Data START
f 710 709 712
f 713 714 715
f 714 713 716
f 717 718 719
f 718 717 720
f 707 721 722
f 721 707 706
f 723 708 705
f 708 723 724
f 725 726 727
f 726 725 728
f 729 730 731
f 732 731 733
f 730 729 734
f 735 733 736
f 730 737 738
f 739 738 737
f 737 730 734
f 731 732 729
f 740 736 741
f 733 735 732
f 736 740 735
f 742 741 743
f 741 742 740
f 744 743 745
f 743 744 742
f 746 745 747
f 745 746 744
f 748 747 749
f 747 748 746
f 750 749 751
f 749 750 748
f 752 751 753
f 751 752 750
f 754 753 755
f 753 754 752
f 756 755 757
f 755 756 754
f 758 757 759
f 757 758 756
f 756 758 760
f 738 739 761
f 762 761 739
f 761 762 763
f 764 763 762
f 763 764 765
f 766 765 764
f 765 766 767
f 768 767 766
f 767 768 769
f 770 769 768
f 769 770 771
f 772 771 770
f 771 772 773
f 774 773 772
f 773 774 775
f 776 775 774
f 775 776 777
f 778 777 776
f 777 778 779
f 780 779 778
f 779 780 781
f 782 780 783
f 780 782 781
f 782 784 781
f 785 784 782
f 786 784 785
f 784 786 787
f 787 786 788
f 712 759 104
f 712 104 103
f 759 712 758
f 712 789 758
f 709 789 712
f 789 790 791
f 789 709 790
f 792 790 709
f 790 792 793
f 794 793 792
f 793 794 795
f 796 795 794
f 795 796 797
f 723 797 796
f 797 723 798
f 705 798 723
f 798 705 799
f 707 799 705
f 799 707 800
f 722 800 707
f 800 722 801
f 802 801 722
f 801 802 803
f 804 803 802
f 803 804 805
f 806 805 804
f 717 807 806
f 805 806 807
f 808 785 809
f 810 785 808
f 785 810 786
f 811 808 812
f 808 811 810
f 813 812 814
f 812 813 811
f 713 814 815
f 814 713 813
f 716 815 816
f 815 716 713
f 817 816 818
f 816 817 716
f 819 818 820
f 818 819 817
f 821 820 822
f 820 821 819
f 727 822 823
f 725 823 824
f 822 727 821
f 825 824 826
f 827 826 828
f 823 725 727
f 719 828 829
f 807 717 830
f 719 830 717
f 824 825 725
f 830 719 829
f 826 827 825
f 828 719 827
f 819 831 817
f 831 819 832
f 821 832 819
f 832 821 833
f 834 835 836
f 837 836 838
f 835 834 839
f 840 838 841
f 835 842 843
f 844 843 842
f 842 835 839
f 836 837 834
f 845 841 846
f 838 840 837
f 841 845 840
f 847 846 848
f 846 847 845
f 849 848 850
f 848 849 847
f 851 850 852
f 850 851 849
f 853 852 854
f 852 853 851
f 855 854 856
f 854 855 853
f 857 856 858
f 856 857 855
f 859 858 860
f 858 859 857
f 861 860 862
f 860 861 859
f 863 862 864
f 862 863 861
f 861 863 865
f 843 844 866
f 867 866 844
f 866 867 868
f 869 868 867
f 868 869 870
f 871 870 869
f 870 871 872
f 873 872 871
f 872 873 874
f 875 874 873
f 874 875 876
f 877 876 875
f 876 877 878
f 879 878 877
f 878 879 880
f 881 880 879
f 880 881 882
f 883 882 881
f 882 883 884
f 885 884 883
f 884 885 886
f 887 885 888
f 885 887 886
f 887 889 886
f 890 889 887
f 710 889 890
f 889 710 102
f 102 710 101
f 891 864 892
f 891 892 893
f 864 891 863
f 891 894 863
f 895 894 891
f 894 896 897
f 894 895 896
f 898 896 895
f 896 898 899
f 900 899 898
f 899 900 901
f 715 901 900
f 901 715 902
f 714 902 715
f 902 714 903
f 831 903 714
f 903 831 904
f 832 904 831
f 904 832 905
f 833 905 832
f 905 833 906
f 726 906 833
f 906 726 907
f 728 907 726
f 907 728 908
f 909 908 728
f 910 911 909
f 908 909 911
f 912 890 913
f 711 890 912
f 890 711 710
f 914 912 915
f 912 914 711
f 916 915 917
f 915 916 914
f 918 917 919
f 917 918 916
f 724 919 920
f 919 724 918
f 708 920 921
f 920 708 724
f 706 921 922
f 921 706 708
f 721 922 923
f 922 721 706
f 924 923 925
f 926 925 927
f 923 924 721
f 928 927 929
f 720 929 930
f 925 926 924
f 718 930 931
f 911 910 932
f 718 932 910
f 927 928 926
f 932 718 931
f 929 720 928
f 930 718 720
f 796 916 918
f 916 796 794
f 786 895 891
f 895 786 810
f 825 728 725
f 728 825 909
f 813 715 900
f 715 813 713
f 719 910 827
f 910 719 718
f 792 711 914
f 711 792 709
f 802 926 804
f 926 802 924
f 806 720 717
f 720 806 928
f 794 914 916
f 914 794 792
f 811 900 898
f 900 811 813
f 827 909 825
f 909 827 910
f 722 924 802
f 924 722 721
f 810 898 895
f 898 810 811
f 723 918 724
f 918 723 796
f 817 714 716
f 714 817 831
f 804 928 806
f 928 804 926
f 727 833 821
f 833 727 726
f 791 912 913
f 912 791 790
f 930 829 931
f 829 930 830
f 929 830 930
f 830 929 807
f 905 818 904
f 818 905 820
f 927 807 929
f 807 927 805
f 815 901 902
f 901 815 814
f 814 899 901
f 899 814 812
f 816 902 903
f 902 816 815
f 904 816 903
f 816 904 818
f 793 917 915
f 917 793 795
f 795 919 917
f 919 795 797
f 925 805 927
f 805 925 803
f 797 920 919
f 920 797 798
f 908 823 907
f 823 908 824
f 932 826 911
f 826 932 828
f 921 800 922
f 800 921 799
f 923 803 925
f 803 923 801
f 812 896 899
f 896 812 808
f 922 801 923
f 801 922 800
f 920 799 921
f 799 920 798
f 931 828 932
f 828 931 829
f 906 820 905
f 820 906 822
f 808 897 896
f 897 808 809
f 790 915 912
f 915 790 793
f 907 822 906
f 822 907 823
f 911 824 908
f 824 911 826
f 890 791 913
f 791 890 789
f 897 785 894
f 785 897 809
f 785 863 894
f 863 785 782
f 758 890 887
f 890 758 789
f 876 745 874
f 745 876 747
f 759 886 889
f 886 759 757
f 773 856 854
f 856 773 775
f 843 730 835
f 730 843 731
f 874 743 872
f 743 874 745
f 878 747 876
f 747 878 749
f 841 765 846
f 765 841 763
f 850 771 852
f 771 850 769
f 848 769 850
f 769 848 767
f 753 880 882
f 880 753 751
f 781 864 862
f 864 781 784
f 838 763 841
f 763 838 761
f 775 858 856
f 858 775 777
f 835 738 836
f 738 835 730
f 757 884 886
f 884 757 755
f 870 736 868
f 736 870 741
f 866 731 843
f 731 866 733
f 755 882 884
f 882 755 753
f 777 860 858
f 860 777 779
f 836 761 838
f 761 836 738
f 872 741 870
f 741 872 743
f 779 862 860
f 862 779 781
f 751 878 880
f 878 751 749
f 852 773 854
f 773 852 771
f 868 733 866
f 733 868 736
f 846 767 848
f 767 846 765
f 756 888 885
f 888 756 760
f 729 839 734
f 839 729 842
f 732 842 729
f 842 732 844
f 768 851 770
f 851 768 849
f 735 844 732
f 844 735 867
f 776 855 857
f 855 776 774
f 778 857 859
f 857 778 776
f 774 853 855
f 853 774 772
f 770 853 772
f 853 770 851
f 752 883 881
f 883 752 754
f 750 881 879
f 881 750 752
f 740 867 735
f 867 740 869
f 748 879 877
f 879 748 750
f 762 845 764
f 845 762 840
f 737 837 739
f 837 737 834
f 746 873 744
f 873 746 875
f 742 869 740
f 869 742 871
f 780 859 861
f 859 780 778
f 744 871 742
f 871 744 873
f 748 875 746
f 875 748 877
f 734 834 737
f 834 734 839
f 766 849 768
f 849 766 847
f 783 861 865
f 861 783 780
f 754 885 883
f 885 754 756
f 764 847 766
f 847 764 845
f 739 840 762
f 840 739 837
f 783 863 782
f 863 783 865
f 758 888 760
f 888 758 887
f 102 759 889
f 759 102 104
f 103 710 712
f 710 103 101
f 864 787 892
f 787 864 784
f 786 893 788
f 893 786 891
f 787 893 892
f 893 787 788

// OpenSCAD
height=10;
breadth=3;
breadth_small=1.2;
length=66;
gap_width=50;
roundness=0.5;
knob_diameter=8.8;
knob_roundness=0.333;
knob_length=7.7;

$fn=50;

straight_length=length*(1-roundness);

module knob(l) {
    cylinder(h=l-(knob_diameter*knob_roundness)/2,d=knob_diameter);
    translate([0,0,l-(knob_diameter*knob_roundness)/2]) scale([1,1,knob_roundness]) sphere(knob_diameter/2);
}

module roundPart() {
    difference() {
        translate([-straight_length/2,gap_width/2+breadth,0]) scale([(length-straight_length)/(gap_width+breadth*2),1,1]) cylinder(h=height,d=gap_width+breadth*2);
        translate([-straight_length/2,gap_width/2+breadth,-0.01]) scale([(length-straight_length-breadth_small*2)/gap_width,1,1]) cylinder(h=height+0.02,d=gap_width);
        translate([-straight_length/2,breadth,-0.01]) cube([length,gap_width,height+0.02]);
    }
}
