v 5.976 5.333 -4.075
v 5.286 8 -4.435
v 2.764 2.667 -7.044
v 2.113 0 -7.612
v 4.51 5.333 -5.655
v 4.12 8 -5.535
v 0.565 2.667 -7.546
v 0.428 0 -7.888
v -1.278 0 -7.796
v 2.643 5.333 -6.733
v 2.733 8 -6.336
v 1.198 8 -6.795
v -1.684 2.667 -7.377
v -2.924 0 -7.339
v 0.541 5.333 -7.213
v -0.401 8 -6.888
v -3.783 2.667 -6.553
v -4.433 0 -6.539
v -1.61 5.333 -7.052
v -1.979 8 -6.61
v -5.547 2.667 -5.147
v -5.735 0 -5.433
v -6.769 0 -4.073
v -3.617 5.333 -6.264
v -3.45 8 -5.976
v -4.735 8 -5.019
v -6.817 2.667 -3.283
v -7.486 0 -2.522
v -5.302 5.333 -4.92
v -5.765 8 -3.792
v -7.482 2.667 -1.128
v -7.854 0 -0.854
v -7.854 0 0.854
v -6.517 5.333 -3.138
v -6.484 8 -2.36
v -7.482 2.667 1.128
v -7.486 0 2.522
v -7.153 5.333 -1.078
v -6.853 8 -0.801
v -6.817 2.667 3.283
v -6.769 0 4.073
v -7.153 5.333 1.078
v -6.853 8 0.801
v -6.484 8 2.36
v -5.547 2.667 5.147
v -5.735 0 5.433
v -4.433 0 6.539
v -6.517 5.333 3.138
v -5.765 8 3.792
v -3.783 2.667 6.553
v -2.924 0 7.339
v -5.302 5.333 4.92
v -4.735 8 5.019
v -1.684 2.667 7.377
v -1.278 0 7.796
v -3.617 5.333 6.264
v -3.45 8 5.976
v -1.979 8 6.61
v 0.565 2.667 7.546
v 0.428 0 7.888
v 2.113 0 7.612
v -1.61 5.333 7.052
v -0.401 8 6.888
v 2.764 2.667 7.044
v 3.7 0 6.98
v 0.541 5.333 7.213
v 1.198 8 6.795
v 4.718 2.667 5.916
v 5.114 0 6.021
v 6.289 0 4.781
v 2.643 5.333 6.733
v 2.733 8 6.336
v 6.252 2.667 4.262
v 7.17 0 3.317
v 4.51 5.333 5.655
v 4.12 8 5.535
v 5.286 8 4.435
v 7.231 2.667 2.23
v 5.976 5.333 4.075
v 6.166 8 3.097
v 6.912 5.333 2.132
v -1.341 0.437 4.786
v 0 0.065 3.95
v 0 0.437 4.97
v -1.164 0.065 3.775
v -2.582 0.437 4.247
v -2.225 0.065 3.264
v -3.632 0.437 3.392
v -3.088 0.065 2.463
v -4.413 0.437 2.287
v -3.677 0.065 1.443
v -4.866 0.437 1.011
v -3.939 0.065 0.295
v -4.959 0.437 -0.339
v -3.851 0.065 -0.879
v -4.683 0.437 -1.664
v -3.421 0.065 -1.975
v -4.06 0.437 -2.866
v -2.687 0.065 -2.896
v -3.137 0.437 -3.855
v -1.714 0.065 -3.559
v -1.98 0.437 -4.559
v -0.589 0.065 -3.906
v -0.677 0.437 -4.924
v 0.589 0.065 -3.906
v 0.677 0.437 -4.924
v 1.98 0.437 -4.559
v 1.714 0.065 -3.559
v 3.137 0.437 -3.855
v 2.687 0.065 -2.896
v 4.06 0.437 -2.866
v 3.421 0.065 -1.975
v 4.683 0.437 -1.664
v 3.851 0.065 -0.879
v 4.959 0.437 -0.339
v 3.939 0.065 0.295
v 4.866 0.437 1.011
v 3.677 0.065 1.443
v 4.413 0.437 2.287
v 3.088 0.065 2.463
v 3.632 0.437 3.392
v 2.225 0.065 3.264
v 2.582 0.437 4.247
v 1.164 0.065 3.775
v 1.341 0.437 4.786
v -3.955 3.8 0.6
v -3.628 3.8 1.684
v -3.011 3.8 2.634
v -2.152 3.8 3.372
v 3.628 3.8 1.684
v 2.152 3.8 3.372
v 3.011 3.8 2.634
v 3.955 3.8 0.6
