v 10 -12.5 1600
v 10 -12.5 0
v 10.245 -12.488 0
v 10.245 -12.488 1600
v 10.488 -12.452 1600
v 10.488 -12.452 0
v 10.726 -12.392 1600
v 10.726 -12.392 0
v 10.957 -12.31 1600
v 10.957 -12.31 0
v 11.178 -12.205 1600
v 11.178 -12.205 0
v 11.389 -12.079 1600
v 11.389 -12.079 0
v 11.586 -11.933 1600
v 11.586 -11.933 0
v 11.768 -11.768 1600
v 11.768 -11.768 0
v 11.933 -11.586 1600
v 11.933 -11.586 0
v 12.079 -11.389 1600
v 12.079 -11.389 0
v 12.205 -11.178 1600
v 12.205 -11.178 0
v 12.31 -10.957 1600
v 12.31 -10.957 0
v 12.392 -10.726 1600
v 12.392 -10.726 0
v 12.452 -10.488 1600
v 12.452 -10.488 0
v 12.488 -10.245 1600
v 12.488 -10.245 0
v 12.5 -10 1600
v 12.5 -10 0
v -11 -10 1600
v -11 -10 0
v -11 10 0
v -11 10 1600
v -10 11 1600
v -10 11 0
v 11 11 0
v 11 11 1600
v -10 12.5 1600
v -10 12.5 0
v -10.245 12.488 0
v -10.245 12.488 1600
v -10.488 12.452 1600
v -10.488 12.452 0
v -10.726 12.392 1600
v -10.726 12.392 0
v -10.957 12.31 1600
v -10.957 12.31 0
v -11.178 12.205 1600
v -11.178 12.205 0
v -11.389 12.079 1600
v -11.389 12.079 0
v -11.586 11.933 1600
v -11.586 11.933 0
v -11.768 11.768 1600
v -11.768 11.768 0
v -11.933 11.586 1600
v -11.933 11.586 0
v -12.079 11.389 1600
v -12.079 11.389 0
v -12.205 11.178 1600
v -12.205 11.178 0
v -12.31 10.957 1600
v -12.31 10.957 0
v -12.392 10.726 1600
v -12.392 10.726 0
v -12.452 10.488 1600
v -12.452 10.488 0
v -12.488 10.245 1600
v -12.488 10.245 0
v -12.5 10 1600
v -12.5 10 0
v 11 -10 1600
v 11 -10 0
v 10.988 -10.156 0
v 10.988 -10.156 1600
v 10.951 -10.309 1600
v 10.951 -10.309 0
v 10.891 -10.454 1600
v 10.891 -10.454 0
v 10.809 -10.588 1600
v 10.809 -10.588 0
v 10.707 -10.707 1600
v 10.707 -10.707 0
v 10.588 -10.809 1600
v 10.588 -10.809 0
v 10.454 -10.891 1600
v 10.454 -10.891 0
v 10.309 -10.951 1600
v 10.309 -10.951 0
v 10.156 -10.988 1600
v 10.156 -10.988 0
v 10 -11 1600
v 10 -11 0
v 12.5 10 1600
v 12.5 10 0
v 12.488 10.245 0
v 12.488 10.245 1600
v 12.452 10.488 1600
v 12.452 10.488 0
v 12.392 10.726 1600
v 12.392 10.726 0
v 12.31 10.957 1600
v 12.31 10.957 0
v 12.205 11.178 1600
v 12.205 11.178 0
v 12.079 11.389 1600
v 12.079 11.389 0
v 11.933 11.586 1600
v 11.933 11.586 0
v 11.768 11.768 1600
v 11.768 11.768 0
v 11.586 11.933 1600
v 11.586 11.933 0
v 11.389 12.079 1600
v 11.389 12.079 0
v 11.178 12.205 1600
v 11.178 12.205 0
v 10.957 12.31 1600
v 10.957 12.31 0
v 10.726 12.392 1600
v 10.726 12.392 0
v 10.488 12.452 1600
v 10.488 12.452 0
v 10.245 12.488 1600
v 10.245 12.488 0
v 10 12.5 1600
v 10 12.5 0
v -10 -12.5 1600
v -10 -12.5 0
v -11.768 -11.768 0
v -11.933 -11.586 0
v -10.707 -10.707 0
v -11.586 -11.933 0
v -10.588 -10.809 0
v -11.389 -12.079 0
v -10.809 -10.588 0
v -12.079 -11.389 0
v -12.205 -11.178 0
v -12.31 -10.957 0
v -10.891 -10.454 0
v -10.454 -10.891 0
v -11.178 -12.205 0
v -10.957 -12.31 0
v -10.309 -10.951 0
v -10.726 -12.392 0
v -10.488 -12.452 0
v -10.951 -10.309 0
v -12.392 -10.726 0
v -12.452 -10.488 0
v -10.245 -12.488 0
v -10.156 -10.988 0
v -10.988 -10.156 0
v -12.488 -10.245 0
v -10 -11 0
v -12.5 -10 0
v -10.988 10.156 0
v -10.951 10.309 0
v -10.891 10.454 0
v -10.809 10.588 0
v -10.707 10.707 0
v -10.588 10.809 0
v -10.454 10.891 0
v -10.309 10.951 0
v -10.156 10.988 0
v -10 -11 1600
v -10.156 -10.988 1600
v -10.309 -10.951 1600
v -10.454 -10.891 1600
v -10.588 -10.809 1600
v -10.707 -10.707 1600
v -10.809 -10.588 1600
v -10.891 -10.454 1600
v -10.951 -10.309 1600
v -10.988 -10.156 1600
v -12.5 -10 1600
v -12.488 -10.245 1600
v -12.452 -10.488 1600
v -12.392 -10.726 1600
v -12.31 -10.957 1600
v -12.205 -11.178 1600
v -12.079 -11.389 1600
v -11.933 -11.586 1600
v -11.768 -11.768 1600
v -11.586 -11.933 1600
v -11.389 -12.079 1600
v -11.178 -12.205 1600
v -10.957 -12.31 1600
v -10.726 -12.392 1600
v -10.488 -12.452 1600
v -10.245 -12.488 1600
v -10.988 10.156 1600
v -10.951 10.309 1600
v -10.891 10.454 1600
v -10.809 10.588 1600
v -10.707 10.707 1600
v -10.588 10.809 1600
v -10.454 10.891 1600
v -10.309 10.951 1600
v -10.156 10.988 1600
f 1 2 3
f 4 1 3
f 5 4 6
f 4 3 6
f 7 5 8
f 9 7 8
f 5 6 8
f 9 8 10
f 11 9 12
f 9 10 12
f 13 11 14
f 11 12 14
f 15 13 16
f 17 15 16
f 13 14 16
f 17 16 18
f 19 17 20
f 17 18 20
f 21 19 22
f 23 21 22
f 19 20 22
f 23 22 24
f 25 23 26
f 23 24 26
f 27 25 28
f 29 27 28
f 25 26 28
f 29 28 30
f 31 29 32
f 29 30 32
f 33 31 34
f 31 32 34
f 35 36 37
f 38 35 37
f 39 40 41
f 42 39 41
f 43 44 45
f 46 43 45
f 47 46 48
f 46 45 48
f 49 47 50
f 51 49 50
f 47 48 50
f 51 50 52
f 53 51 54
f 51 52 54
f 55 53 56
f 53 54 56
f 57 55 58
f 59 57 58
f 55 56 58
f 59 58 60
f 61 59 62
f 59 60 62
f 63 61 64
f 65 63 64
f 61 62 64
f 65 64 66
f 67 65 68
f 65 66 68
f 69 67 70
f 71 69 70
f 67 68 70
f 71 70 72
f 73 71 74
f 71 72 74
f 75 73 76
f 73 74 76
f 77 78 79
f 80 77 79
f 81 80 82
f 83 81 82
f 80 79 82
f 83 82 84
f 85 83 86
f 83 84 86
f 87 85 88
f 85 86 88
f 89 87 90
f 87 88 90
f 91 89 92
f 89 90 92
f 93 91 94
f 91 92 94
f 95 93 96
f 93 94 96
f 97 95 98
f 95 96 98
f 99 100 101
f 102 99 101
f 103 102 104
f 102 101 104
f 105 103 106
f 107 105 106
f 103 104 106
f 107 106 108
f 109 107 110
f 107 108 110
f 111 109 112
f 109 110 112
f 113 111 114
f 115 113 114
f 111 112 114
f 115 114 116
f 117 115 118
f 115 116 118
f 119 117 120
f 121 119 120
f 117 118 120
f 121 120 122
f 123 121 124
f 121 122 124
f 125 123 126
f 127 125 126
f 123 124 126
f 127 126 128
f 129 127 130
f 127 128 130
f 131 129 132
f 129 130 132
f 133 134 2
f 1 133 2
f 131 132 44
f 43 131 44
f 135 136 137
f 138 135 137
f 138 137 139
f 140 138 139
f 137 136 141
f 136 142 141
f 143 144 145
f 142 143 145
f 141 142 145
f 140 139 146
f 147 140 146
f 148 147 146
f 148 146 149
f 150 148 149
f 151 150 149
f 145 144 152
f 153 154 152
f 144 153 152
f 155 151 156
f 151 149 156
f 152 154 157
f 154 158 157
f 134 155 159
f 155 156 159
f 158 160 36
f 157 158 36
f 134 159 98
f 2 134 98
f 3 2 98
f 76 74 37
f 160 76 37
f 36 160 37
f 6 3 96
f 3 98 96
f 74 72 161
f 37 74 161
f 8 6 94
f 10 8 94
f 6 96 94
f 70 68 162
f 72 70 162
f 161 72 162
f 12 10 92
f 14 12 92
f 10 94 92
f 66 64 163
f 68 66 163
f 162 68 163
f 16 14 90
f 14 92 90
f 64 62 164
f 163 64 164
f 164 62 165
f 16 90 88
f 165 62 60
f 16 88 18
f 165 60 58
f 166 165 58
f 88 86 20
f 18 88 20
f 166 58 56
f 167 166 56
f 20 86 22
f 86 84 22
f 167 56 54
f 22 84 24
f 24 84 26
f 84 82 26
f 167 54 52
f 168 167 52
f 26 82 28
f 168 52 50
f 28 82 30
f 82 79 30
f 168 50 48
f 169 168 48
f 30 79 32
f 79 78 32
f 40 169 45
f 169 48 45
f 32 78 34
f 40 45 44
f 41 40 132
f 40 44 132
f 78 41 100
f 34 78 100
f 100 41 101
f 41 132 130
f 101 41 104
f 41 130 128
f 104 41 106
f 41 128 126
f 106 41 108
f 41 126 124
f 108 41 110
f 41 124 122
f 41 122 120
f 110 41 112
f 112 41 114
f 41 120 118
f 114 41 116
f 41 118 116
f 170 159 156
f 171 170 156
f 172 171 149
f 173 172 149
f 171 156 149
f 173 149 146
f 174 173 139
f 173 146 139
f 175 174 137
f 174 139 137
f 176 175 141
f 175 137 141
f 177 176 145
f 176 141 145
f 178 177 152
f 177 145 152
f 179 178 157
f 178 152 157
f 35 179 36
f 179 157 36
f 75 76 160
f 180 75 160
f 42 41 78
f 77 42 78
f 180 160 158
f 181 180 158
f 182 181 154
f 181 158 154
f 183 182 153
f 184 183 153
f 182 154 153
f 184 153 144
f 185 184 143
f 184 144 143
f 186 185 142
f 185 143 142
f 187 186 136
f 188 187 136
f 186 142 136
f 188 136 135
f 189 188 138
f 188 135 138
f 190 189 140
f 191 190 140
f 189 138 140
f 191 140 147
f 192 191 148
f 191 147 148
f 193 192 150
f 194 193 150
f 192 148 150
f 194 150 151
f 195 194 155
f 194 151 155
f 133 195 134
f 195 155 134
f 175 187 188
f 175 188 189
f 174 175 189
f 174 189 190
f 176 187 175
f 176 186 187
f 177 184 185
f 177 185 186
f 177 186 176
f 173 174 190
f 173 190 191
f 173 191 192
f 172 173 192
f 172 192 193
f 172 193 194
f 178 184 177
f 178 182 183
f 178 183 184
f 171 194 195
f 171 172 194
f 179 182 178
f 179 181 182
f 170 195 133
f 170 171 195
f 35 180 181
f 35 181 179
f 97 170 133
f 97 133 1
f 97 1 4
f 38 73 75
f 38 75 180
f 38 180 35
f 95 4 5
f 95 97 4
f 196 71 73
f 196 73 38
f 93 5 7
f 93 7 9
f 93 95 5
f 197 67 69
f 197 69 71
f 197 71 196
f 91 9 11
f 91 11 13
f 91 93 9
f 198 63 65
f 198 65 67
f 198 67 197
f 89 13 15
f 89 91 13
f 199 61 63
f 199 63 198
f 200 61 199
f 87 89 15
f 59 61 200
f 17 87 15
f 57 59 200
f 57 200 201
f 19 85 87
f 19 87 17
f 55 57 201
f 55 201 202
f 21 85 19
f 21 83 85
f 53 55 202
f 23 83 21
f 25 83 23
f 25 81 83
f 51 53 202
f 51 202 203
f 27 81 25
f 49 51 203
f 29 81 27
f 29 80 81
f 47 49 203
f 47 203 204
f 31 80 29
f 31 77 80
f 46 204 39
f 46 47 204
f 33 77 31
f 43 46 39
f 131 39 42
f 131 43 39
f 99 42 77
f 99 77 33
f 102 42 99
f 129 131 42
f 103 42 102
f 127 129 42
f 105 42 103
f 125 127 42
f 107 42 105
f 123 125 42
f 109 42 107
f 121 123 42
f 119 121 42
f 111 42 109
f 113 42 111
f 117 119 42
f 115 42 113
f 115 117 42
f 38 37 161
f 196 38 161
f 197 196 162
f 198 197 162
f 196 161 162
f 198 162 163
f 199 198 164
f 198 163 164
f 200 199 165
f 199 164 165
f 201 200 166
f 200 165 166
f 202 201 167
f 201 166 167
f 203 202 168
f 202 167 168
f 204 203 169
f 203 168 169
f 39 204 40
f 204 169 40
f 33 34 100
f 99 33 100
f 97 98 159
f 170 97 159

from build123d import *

# Parameters (mm, degrees)
F1_DEPTH = 1600


with BuildPart() as f1:
    # F0 (on Top) → F1 (new body)
    with BuildSketch(Plane.XY):
        with BuildLine():
            ThreePointArc((12.5, 10), (11.767767, 11.767767), (10, 12.5))
            Line((10, 12.5), (-10, 12.5))
            ThreePointArc((-10, 12.5), (-11.767767, 11.767767), (-12.5, 10))
            Line((-12.5, 10), (-12.5, -10))
            ThreePointArc((-12.5, -10), (-11.767767, -11.767767), (-10, -12.5))
            Line((-10, -12.5), (10, -12.5))
            ThreePointArc((10, -12.5), (11.767767, -11.767767), (12.5, -10))
            Line((12.5, -10), (12.5, 10))
        make_face()
        with BuildLine():
            ThreePointArc((11, -10), (10.707107, -10.707107), (10, -11))
            Line((10, -11), (-10, -11))
            ThreePointArc((-10, -11), (-10.707107, -10.707107), (-11, -10))
            Line((-11, -10), (-11, 10))
            ThreePointArc((-11, 10), (-10.707107, 10.707107), (-10, 11))
            Line((-10, 11), (11, 11))
            Line((11, 11), (11, -10))
        make_face(mode=Mode.SUBTRACT)
    extrude(amount=F1_DEPTH)


solid = f1.part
Data END
◆ **Task instructions**
From the data above, return every line from the line that has "f 920 797 798" up to and including the line that has "f 785 863 894", exactly.

◆ **Reply**
f 920 797 798
f 908 823 907
f 823 908 824
f 932 826 911
f 826 932 828
f 921 800 922
f 800 921 799
f 923 803 925
f 803 923 801
f 812 896 899
f 896 812 808
f 922 801 923
f 801 922 800
f 920 799 921
f 799 920 798
f 931 828 932
f 828 931 829
f 906 820 905
f 820 906 822
f 808 897 896
f 897 808 809
f 790 915 912
f 915 790 793
f 907 822 906
f 822 907 823
f 911 824 908
f 824 911 826
f 890 791 913
f 791 890 789
f 897 785 894
f 785 897 809
f 785 863 894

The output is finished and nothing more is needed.